§ **Task details**
Beginning with the first line, please return the entries exactly through the line that contains "f 320 365 321", and leave out all later lines.

§ **Records supplied**
● ● ● ● ●

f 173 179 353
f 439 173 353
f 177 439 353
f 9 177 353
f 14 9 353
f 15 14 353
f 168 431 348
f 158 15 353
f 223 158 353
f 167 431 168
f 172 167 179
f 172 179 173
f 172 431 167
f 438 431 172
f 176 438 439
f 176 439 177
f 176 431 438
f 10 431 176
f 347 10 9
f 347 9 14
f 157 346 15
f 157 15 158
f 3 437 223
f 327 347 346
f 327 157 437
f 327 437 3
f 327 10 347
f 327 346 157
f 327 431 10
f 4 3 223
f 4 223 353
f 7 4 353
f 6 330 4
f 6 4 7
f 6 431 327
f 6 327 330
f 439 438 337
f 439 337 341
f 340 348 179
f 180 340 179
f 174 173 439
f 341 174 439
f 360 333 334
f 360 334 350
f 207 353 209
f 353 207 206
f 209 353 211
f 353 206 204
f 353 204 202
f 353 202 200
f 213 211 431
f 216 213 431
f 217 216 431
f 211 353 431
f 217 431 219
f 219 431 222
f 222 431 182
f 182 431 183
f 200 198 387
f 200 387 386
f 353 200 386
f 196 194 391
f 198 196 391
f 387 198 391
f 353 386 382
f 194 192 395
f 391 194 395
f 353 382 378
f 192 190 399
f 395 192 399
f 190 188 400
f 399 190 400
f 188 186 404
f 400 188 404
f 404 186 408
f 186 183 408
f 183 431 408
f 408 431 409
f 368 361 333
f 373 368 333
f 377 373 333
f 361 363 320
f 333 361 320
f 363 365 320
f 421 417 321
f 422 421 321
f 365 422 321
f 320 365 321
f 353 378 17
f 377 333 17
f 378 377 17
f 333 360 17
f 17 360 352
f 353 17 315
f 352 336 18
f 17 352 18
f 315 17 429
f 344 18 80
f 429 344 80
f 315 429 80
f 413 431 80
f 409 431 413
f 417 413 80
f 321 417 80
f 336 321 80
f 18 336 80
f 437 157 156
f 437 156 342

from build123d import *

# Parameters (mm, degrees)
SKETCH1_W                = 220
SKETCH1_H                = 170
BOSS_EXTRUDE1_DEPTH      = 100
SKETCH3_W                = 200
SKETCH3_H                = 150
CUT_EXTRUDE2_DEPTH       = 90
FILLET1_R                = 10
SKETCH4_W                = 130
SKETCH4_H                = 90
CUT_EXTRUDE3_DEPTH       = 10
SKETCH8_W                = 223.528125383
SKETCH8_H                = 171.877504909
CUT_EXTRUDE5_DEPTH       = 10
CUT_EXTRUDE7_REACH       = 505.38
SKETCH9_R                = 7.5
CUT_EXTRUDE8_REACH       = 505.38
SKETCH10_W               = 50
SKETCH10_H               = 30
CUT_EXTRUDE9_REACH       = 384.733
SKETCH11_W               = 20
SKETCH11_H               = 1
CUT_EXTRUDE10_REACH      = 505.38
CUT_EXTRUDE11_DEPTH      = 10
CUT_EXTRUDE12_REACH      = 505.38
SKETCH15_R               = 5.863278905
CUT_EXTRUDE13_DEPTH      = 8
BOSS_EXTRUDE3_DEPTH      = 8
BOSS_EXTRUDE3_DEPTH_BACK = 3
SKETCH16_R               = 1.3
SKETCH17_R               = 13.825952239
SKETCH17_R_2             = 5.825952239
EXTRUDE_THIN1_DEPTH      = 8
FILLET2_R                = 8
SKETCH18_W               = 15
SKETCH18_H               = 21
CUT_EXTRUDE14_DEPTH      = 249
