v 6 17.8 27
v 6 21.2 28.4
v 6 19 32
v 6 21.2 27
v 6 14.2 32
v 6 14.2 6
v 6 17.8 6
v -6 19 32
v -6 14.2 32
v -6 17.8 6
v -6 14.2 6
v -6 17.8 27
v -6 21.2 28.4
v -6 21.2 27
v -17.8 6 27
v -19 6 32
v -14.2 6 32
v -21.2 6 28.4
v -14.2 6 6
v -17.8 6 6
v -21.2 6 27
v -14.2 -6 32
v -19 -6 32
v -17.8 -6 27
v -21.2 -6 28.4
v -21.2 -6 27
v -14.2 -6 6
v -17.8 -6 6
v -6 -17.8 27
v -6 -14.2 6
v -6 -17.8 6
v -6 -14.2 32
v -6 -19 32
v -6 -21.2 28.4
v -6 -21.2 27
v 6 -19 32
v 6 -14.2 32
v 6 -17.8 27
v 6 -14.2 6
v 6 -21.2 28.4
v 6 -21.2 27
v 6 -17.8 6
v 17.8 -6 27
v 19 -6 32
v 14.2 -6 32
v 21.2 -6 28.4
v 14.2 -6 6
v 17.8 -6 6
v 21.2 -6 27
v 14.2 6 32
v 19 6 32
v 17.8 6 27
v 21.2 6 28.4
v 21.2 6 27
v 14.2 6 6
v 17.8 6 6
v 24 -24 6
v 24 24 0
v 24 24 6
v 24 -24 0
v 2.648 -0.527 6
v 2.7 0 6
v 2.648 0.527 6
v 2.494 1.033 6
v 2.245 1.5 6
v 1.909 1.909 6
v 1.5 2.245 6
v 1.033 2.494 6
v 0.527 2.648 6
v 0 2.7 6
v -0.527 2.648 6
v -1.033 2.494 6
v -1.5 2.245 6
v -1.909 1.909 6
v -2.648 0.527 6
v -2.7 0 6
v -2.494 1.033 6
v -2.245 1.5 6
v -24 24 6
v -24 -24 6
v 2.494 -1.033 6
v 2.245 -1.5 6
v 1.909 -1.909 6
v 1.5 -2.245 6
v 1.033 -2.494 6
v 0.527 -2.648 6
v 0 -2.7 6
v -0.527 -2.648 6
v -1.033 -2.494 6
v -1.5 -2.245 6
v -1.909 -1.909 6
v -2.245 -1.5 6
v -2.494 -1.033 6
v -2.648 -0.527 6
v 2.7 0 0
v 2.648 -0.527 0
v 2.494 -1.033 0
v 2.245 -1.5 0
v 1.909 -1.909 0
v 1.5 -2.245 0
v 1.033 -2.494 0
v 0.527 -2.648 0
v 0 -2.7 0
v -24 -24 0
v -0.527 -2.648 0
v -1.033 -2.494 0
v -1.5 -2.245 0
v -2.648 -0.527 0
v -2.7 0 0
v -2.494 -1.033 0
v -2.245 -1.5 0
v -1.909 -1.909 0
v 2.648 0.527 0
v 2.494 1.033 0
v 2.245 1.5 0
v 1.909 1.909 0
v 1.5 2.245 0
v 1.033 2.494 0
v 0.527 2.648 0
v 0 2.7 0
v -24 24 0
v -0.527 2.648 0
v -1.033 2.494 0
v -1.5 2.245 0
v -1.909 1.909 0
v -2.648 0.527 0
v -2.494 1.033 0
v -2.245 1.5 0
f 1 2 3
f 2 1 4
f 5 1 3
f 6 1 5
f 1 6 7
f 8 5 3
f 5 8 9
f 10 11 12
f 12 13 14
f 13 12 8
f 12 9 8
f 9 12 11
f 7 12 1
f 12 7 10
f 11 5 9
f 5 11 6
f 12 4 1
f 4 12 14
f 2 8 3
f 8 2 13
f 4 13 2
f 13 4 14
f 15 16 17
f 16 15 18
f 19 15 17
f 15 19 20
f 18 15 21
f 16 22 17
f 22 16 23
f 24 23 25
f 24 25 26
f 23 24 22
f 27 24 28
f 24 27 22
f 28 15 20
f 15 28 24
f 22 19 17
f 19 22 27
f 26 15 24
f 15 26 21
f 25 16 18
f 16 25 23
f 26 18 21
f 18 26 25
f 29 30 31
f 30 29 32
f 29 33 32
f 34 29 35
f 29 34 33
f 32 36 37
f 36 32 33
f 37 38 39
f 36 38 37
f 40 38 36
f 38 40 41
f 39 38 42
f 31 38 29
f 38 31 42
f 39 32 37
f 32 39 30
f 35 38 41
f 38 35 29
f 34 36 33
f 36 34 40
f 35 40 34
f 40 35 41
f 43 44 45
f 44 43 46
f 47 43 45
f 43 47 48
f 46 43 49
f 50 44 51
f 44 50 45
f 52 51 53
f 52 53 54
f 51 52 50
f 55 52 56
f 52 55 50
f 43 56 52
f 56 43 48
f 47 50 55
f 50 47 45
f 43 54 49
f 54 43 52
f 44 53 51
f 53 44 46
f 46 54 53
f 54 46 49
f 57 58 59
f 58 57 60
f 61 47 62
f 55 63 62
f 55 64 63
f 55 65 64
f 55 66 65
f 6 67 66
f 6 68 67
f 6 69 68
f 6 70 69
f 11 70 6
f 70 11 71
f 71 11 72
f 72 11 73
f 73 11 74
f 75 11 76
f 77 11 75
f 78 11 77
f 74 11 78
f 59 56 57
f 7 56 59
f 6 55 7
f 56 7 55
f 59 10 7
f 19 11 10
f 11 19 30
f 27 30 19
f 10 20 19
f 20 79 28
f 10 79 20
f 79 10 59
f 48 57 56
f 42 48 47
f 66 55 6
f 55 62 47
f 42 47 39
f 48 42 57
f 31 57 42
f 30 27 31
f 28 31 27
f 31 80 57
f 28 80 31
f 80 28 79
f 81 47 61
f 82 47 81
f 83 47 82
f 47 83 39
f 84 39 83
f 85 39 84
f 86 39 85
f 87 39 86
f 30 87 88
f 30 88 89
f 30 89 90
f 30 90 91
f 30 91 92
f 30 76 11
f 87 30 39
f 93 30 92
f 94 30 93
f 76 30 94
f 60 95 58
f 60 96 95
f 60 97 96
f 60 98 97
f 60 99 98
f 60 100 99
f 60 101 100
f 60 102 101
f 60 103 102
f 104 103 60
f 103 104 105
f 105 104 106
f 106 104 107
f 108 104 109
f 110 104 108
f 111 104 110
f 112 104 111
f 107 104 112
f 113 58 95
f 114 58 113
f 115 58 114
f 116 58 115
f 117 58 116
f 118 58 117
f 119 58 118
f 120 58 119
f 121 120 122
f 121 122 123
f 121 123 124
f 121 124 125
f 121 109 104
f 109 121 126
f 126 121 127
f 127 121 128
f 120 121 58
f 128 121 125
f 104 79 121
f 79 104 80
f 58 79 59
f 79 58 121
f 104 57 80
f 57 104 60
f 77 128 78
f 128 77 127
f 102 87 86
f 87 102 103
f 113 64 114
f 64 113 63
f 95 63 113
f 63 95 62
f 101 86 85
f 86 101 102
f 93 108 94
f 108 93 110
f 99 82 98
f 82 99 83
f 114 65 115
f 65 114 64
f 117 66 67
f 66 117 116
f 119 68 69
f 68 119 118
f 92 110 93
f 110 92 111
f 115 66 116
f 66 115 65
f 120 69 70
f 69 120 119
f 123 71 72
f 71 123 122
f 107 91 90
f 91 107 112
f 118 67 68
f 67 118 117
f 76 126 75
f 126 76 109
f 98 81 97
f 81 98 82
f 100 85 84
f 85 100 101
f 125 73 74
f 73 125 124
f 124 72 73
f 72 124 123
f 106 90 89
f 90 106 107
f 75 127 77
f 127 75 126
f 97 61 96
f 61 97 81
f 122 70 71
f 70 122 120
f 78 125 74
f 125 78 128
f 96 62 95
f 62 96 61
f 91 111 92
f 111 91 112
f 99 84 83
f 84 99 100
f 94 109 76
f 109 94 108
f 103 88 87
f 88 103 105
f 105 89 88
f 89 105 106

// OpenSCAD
$fn = 32;

// ----------------------------------------------------------------------
// Snap-fit latch: 4 arms, 26 mm tall, 3.6 mm undercut hooks
// ----------------------------------------------------------------------

// --- parameters (mm) ---
base_d = 48;              // base plate depth
base_h = 6;               // base plate thickness
span = 32;                // distance between opposite arms
arm_t = 3.6;              // arm thickness
arm_d = 12;               // arm width
height = 26;              // free arm length
head_len = 3.6;           // hook reach
head_h = 5;               // hook height
lead = 1.4;               // lead-in ramp thickness
bore_d = 5.4;             // base fixing bore
top_z = 32;               // height of the arm tips above the base

arms = 4;

difference() {
  union() {
    /* base plate, centred on the arm ring */
    translate([-24, -24, 0]) cube([base_d, base_d, base_h]);
    for (a = [0 : 360 / arms : 359]) rotate([0, 0, a]) {
    /* arm, sunk 0.5 mm into the base */
    translate([-arm_d / 2, span / 2 - arm_t / 2, base_h - 0.5]) cube([arm_d, arm_t, height + 0.5]);
    /* hook: a convex hull of a tall inner block and a thin outer lip
       gives a flat undercut below and a lead-in ramp on top */
    hull() {
      translate([-arm_d / 2, span / 2 + arm_t / 2 - 0.6, top_z - head_h]) cube([arm_d, lead + 0.4, head_h]);
      translate([-arm_d / 2, span / 2 + arm_t / 2 - 0.2, top_z - head_h]) cube([arm_d, head_len, lead]);
    }
    }
  }
  translate([0, 0, -2.5]) cylinder(h = base_h + 5, d = bore_d);
}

● ● ● ● ●

§ **Finished exercise**
f 173 179 353
f 439 173 353
f 177 439 353
f 9 177 353
f 14 9 353
f 15 14 353
f 168 431 348
f 158 15 353
f 223 158 353
f 167 431 168
f 172 167 179
f 172 179 173
f 172 431 167
f 438 431 172
f 176 438 439
f 176 439 177
f 176 431 438
f 10 431 176
f 347 10 9
f 347 9 14
f 157 346 15
f 157 15 158
f 3 437 223
f 327 347 346
f 327 157 437
f 327 437 3
f 327 10 347
f 327 346 157
f 327 431 10
f 4 3 223
f 4 223 353
f 7 4 353
f 6 330 4
f 6 4 7
f 6 431 327
f 6 327 330
f 439 438 337
f 439 337 341
f 340 348 179
f 180 340 179
f 174 173 439
f 341 174 439
f 360 333 334
f 360 334 350
f 207 353 209
f 353 207 206
f 209 353 211
f 353 206 204
f 353 204 202
f 353 202 200
f 213 211 431
f 216 213 431
f 217 216 431
f 211 353 431
f 217 431 219
f 219 431 222
f 222 431 182
f 182 431 183
f 200 198 387
f 200 387 386
f 353 200 386
f 196 194 391
f 198 196 391
f 387 198 391
f 353 386 382
f 194 192 395
f 391 194 395
f 353 382 378
f 192 190 399
f 395 192 399
f 190 188 400
f 399 190 400
f 188 186 404
f 400 188 404
f 404 186 408
f 186 183 408
f 183 431 408
f 408 431 409
f 368 361 333
f 373 368 333
f 377 373 333
f 361 363 320
f 333 361 320
f 363 365 320
f 421 417 321
f 422 421 321
f 365 422 321
f 320 365 321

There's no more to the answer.